Stored items:
■ ■ ■

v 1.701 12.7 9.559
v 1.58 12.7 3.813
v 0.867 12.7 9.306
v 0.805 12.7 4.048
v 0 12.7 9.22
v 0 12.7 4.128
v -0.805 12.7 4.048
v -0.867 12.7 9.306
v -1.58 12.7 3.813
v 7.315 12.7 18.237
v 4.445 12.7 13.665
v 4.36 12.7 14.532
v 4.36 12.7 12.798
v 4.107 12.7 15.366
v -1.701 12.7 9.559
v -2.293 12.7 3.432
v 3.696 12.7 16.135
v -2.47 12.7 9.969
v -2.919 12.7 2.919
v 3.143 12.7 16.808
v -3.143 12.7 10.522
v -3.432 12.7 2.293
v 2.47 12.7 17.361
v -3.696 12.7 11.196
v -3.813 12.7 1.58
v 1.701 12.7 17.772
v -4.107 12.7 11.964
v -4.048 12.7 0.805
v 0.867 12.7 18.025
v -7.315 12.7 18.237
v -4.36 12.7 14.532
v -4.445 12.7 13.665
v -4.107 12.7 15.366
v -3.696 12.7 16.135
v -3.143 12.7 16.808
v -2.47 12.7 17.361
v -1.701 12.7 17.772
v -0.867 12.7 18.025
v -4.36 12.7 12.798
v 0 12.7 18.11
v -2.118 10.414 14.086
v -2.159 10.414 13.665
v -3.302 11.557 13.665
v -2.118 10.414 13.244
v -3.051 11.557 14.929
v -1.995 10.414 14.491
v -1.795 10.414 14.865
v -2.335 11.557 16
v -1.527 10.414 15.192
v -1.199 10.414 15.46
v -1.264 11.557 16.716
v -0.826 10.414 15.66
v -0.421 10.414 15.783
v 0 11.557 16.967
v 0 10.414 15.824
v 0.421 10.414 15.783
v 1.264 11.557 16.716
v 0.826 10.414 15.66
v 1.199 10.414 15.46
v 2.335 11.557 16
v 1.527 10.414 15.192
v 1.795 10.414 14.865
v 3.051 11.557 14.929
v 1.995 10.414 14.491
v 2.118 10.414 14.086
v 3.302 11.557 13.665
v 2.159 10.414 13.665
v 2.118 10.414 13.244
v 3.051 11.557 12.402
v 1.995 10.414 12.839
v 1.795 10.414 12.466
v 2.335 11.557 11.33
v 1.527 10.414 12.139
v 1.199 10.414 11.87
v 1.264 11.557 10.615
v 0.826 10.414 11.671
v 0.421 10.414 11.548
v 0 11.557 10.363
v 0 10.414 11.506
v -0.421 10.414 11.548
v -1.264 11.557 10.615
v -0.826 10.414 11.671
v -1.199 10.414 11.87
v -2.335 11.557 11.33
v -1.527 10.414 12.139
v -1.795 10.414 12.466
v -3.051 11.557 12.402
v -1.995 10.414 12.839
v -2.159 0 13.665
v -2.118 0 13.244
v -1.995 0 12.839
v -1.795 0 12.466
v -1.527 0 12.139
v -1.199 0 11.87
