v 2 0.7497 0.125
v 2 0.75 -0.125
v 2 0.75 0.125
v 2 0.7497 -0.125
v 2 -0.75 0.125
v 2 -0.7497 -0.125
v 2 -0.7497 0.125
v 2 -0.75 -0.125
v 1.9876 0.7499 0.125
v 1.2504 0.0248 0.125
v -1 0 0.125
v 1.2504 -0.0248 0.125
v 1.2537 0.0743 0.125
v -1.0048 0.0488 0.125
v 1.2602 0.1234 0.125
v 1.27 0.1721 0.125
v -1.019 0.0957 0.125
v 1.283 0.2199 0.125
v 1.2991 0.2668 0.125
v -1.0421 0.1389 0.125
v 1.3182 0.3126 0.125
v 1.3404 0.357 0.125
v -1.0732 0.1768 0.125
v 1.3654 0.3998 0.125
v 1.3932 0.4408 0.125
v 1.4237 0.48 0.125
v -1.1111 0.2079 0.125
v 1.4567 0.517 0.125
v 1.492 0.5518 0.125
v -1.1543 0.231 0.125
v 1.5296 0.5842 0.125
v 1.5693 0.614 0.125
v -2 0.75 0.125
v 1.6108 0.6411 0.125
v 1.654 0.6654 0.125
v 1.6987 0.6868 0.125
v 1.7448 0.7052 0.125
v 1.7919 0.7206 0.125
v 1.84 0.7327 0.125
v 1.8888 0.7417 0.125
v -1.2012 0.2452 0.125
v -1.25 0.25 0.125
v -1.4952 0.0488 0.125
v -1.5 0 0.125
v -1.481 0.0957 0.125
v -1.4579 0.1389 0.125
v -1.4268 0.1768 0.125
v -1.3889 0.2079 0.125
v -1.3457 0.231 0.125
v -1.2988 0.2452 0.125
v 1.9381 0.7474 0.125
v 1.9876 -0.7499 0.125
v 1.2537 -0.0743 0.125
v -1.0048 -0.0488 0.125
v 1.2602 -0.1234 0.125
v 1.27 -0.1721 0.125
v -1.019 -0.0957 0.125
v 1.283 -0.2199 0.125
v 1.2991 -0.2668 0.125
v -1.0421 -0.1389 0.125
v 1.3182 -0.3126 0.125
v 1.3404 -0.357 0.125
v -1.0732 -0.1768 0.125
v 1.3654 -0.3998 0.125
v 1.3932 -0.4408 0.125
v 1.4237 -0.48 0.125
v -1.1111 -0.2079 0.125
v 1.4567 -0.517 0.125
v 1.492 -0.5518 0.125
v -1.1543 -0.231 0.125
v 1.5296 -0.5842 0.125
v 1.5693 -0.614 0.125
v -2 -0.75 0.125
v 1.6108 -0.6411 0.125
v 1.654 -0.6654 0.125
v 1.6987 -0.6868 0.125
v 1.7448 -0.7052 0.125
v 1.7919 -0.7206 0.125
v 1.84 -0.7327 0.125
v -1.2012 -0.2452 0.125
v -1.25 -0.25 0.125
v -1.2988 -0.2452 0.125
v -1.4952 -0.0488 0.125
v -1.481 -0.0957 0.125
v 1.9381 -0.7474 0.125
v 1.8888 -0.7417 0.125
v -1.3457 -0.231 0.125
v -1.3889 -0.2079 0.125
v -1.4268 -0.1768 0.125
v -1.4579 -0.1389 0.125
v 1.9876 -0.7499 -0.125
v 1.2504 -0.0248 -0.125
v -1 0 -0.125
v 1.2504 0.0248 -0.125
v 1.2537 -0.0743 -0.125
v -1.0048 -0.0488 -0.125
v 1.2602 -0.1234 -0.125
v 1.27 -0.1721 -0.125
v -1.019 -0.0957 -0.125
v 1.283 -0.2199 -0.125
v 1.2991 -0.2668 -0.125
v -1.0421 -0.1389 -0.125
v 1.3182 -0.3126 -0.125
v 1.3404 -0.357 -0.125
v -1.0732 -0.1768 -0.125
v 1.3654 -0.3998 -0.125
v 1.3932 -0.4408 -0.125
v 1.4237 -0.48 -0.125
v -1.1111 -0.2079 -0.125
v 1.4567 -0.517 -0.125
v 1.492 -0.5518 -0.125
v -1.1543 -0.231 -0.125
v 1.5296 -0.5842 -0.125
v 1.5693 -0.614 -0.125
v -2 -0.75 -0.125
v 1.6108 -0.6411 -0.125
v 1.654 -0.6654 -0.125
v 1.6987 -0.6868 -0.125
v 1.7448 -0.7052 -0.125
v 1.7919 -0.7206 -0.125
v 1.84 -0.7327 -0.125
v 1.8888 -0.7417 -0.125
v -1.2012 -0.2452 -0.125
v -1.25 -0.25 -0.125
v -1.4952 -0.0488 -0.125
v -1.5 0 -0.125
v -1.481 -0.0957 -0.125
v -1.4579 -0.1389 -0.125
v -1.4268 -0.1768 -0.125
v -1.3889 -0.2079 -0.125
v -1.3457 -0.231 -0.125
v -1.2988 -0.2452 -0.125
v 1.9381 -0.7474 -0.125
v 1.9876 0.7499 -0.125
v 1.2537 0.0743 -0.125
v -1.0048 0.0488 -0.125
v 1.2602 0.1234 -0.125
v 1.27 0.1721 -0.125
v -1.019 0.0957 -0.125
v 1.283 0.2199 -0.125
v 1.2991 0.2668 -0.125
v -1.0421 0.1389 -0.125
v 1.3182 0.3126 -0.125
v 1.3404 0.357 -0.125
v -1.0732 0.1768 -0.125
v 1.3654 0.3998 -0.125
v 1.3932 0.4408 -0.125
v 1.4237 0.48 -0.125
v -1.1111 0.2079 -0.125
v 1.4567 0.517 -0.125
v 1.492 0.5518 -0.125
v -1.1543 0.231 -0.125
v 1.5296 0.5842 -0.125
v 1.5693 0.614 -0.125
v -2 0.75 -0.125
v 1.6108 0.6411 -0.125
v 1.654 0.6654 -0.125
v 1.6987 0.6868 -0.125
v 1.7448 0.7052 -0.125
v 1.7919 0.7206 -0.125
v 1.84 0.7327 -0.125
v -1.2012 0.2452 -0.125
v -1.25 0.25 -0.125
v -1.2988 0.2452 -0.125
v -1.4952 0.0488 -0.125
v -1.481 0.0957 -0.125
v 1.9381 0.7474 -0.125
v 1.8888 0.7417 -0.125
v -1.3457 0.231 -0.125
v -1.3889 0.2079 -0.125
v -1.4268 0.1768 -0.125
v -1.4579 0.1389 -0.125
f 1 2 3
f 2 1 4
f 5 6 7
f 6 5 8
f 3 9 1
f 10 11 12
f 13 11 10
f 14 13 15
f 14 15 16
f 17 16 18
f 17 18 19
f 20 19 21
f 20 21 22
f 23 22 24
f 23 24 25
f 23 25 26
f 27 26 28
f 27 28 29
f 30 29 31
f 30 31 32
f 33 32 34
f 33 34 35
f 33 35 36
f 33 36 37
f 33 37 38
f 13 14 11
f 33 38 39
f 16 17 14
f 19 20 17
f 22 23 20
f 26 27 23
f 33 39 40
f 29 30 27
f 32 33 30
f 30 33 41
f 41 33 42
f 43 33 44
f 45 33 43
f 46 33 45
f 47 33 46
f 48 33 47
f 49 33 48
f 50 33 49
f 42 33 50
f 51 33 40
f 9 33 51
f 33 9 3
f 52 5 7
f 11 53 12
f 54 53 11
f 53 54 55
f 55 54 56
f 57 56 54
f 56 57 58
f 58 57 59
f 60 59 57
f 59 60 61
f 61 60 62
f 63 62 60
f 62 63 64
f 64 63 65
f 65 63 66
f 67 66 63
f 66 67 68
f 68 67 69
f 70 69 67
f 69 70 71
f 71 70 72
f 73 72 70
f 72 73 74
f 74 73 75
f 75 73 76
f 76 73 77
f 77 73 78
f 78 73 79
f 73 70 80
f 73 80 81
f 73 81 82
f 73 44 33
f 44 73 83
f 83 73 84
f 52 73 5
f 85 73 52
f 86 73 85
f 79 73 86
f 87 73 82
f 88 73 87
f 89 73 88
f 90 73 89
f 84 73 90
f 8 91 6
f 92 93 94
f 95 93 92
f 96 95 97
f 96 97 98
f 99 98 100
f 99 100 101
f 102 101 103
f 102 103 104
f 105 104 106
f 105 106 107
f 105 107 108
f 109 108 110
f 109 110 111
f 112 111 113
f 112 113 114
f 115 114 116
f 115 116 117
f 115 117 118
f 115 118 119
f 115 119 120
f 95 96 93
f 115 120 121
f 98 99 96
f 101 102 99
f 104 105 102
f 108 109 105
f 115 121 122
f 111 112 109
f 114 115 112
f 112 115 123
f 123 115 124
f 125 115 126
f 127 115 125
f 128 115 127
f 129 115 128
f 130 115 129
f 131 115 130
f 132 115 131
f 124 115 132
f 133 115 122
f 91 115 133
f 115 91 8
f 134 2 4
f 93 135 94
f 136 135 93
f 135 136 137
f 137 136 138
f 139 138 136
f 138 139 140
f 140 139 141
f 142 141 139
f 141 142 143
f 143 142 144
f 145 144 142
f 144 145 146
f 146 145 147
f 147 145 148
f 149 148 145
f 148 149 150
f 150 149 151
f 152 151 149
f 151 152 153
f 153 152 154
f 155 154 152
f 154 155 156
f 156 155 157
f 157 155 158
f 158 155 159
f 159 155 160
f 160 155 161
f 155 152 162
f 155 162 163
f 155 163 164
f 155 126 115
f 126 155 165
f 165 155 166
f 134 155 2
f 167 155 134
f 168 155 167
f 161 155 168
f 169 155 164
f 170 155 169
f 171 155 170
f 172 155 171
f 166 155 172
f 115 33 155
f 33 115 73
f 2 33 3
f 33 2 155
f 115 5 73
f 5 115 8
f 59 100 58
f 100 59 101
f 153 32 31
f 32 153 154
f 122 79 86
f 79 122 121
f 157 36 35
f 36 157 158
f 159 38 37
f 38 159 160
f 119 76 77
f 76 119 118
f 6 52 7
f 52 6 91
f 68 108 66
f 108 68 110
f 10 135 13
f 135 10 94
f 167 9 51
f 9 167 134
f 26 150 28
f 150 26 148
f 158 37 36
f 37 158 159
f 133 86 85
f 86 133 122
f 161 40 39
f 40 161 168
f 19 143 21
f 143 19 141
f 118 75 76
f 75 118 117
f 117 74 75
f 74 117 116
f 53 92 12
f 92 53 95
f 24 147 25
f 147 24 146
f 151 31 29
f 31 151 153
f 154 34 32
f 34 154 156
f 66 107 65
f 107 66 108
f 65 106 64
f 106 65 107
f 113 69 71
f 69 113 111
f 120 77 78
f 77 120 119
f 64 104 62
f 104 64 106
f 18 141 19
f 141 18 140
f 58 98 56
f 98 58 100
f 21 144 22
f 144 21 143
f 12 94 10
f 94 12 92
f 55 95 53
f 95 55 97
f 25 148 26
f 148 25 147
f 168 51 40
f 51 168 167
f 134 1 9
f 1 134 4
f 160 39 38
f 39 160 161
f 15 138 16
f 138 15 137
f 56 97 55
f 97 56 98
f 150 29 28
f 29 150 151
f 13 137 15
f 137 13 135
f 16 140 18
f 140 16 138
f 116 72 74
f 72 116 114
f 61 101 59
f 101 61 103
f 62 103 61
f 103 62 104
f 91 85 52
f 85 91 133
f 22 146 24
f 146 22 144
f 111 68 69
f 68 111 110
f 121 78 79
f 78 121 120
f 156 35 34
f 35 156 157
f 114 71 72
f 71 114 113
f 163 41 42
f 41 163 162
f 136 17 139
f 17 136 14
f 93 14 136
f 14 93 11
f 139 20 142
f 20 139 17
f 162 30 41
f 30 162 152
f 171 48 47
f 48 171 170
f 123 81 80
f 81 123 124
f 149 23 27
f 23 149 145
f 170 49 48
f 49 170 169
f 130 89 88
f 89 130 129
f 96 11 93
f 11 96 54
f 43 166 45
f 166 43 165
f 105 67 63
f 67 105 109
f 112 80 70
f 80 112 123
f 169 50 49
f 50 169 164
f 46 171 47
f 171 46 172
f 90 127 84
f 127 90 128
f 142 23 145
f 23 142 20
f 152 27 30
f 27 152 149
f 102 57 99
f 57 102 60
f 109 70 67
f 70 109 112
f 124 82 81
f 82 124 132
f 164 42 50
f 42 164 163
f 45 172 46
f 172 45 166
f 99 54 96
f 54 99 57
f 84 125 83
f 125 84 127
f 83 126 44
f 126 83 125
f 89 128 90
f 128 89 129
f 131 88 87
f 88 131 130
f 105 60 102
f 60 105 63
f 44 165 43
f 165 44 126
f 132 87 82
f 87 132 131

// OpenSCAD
//QuickTab_Generator, generates tabs quickly

//things to add in v2
    //add unit conversions
    //add reduced weight setting
    //add taper
    //add web interface
       
//model setup 
$fa = 2;
$fs = 0.05;

//input dimensions

    //input dimensions
    tabDepth = 0.25;
    tabLength = 4;
    pipeDiameter = 1.5;
    holeDiameter = .5;
   
   
//compute positioning

difference(){
cube([tabLength,pipeDiameter,tabDepth], center = true);
translate([tabLength/2,0,0])
    cylinder(h = tabDepth + 0.1, d = pipeDiameter, center = true);
    
translate([-(tabLength/2) + pipeDiameter/2,0,0])
    cylinder(h = tabDepth + 0.1, d = holeDiameter, center = true);
}

echo("test echo");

■ ■ ■

- [Work request]:
Restate word for word only the lines running from the beginning of the data to the line holding "v 1.995 10.414 14.491", both included.

- [Result of this task]:
v 1.701 12.7 9.559
v 1.58 12.7 3.813
v 0.867 12.7 9.306
v 0.805 12.7 4.048
v 0 12.7 9.22
v 0 12.7 4.128
v -0.805 12.7 4.048
v -0.867 12.7 9.306
v -1.58 12.7 3.813
v 7.315 12.7 18.237
v 4.445 12.7 13.665
v 4.36 12.7 14.532
v 4.36 12.7 12.798
v 4.107 12.7 15.366
v -1.701 12.7 9.559
v -2.293 12.7 3.432
v 3.696 12.7 16.135
v -2.47 12.7 9.969
v -2.919 12.7 2.919
v 3.143 12.7 16.808
v -3.143 12.7 10.522
v -3.432 12.7 2.293
v 2.47 12.7 17.361
v -3.696 12.7 11.196
v -3.813 12.7 1.58
v 1.701 12.7 17.772
v -4.107 12.7 11.964
v -4.048 12.7 0.805
v 0.867 12.7 18.025
v -7.315 12.7 18.237
v -4.36 12.7 14.532
v -4.445 12.7 13.665
v -4.107 12.7 15.366
v -3.696 12.7 16.135
v -3.143 12.7 16.808
v -2.47 12.7 17.361
v -1.701 12.7 17.772
v -0.867 12.7 18.025
v -4.36 12.7 12.798
v 0 12.7 18.11
v -2.118 10.414 14.086
v -2.159 10.414 13.665
v -3.302 11.557 13.665
v -2.118 10.414 13.244
v -3.051 11.557 14.929
v -1.995 10.414 14.491
v -1.795 10.414 14.865
v -2.335 11.557 16
v -1.527 10.414 15.192
v -1.199 10.414 15.46
v -1.264 11.557 16.716
v -0.826 10.414 15.66
v -0.421 10.414 15.783
v 0 11.557 16.967
v 0 10.414 15.824
v 0.421 10.414 15.783
v 1.264 11.557 16.716
v 0.826 10.414 15.66
v 1.199 10.414 15.46
v 2.335 11.557 16
v 1.527 10.414 15.192
v 1.795 10.414 14.865
v 3.051 11.557 14.929
v 1.995 10.414 14.491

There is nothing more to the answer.